*Directions for this task*
Among the entries below, find the line with "arc A0 (20, 70)", then quote it and each following line up to and including the line with "arc A2 (23.5919, 44.5505)", and nothing else.

_ _ _ _ _

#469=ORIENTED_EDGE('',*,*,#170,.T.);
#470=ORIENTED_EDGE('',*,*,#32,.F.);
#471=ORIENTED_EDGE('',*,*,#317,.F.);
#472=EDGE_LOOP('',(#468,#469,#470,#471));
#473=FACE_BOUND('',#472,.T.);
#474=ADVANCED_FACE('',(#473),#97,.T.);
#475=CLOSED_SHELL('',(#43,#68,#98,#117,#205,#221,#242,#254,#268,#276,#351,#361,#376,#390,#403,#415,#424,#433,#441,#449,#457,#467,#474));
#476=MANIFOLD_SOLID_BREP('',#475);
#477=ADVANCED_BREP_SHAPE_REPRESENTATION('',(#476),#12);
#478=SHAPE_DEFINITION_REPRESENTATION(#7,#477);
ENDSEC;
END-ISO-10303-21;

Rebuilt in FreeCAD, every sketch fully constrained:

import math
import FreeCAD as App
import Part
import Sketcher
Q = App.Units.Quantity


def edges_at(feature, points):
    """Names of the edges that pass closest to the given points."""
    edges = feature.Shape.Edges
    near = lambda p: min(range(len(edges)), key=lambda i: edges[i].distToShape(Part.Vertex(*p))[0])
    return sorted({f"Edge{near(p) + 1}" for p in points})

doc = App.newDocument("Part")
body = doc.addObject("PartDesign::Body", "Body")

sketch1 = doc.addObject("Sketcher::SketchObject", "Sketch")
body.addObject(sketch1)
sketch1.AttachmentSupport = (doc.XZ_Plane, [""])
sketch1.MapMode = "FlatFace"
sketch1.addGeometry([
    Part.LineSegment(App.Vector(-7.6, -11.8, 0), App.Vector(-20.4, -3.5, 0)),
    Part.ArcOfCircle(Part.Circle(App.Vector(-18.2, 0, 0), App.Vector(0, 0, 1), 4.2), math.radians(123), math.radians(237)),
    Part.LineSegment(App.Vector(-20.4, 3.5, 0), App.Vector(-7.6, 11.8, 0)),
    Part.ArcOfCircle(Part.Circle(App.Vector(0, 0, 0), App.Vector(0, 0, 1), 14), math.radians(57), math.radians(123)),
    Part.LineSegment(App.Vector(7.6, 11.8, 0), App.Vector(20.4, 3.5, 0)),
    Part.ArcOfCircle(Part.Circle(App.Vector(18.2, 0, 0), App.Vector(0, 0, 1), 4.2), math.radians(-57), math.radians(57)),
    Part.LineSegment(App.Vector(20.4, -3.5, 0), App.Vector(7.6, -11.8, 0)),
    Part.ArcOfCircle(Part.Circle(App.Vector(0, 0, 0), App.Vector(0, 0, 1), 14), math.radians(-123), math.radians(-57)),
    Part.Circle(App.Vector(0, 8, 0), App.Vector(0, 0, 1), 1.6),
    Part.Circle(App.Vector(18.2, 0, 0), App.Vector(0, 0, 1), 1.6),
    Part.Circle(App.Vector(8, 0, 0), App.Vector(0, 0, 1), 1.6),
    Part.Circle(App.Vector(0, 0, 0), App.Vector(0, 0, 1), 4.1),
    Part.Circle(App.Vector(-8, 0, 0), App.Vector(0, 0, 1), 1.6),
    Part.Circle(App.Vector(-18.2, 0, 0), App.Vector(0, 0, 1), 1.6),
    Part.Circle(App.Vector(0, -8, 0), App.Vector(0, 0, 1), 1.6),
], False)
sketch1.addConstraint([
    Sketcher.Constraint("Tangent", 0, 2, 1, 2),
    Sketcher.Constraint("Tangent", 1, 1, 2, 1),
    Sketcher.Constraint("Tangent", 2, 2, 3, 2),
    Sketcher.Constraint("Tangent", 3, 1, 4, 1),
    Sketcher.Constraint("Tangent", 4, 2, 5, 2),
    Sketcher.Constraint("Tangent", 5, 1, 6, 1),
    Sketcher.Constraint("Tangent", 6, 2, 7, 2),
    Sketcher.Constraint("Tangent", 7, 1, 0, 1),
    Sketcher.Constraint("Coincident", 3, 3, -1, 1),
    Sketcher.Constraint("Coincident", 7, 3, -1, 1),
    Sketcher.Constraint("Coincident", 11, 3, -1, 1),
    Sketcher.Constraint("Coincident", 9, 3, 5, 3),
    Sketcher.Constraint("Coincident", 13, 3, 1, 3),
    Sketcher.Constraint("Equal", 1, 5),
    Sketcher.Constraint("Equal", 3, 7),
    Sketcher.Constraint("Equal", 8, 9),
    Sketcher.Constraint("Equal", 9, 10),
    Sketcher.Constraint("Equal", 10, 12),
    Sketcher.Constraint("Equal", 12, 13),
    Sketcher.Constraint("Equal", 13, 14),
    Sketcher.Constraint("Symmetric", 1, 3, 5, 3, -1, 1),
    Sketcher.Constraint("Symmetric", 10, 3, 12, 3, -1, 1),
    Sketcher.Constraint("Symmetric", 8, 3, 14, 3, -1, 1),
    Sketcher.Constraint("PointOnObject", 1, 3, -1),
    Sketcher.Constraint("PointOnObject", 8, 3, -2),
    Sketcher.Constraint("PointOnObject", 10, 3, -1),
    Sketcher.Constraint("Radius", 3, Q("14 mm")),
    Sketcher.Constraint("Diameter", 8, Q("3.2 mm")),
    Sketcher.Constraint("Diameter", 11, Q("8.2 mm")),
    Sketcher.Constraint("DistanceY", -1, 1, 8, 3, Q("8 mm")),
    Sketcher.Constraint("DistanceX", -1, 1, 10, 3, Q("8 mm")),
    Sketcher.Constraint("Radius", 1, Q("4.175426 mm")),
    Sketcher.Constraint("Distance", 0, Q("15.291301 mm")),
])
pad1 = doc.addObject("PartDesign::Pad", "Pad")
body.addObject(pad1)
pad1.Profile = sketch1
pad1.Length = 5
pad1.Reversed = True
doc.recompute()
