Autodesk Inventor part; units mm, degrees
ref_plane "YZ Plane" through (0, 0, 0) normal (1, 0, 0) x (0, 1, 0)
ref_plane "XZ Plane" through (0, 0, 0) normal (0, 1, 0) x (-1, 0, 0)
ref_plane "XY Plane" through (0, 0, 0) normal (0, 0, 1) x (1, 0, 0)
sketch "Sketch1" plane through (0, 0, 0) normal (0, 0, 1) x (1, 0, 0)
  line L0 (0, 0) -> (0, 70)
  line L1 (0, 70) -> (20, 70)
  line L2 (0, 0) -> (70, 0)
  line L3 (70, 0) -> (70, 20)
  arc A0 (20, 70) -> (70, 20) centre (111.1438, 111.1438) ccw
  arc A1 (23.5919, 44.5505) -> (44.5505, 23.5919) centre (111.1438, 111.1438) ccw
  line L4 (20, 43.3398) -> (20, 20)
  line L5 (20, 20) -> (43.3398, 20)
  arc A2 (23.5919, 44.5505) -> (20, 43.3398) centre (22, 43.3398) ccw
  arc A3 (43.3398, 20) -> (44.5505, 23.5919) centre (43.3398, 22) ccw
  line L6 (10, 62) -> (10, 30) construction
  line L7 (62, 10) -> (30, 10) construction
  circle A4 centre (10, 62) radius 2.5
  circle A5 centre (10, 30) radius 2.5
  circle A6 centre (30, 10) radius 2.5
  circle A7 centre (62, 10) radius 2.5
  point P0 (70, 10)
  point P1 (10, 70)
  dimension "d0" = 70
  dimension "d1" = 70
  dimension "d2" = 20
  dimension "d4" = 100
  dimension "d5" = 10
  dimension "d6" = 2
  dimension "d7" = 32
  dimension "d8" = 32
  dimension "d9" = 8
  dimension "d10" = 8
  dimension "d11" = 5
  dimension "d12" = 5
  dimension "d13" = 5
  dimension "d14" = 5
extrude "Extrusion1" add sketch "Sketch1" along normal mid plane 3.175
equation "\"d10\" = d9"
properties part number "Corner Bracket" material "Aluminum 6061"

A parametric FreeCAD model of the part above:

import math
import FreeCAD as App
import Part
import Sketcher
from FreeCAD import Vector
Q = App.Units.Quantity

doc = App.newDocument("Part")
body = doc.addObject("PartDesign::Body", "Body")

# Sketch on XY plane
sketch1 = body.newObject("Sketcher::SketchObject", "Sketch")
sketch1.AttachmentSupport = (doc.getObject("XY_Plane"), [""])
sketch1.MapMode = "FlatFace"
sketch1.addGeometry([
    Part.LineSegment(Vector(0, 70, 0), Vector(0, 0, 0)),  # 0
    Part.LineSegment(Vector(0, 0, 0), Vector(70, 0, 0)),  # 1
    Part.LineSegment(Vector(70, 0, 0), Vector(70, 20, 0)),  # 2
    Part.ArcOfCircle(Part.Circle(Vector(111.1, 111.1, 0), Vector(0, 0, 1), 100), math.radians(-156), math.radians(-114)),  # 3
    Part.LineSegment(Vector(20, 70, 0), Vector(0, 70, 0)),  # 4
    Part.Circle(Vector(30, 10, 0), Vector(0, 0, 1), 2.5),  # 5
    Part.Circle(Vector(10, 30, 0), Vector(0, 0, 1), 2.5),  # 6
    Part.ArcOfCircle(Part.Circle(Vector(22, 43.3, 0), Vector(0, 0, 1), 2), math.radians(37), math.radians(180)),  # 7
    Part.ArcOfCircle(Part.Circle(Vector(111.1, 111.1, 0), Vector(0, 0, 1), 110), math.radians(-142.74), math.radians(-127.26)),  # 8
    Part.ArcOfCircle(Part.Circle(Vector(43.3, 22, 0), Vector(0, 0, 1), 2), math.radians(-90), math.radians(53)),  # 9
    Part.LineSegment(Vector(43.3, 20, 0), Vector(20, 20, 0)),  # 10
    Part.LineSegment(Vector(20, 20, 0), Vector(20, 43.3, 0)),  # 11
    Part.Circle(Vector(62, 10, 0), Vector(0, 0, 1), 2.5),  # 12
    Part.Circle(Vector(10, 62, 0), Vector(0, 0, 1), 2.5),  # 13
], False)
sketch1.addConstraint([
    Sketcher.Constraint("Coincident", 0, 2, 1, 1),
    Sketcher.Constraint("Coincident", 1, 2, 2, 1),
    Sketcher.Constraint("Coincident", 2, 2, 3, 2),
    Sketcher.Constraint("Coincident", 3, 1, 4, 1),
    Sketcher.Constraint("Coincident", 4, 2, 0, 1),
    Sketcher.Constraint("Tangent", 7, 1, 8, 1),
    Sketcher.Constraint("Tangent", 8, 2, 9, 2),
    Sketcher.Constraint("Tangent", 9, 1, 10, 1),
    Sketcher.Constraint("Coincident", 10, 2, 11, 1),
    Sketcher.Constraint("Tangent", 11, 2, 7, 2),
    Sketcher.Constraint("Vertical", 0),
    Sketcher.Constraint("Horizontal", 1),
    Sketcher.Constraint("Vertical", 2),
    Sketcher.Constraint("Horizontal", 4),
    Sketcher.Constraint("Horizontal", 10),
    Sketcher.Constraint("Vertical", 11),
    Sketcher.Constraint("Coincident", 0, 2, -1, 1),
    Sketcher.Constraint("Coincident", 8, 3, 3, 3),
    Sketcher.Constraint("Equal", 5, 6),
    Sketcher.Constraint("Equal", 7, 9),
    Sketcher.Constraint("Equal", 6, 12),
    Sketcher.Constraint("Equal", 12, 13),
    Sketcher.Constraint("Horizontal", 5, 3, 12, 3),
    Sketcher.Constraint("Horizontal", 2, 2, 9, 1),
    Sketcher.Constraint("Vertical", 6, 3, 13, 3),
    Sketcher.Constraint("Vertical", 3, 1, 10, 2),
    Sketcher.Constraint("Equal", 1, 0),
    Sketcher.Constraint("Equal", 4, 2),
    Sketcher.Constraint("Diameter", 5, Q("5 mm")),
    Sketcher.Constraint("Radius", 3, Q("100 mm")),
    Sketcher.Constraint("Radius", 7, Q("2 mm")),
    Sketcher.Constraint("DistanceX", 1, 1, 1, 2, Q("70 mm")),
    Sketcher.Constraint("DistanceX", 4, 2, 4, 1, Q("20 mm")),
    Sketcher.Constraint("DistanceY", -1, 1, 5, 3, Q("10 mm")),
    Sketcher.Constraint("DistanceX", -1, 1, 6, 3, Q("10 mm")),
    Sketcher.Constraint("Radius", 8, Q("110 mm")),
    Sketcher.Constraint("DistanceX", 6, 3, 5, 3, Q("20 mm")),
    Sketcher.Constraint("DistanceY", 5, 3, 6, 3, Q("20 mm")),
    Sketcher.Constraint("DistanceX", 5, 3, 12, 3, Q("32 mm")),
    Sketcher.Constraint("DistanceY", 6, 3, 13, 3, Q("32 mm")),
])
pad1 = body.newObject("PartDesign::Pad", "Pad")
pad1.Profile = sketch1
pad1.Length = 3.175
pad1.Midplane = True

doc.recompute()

_ _ _ _ _

*Exercise response*
  arc A0 (20, 70) -> (70, 20) centre (111.1438, 111.1438) ccw
  arc A1 (23.5919, 44.5505) -> (44.5505, 23.5919) centre (111.1438, 111.1438) ccw
  line L4 (20, 43.3398) -> (20, 20)
  line L5 (20, 20) -> (43.3398, 20)
  arc A2 (23.5919, 44.5505) -> (20, 43.3398) centre (22, 43.3398) ccw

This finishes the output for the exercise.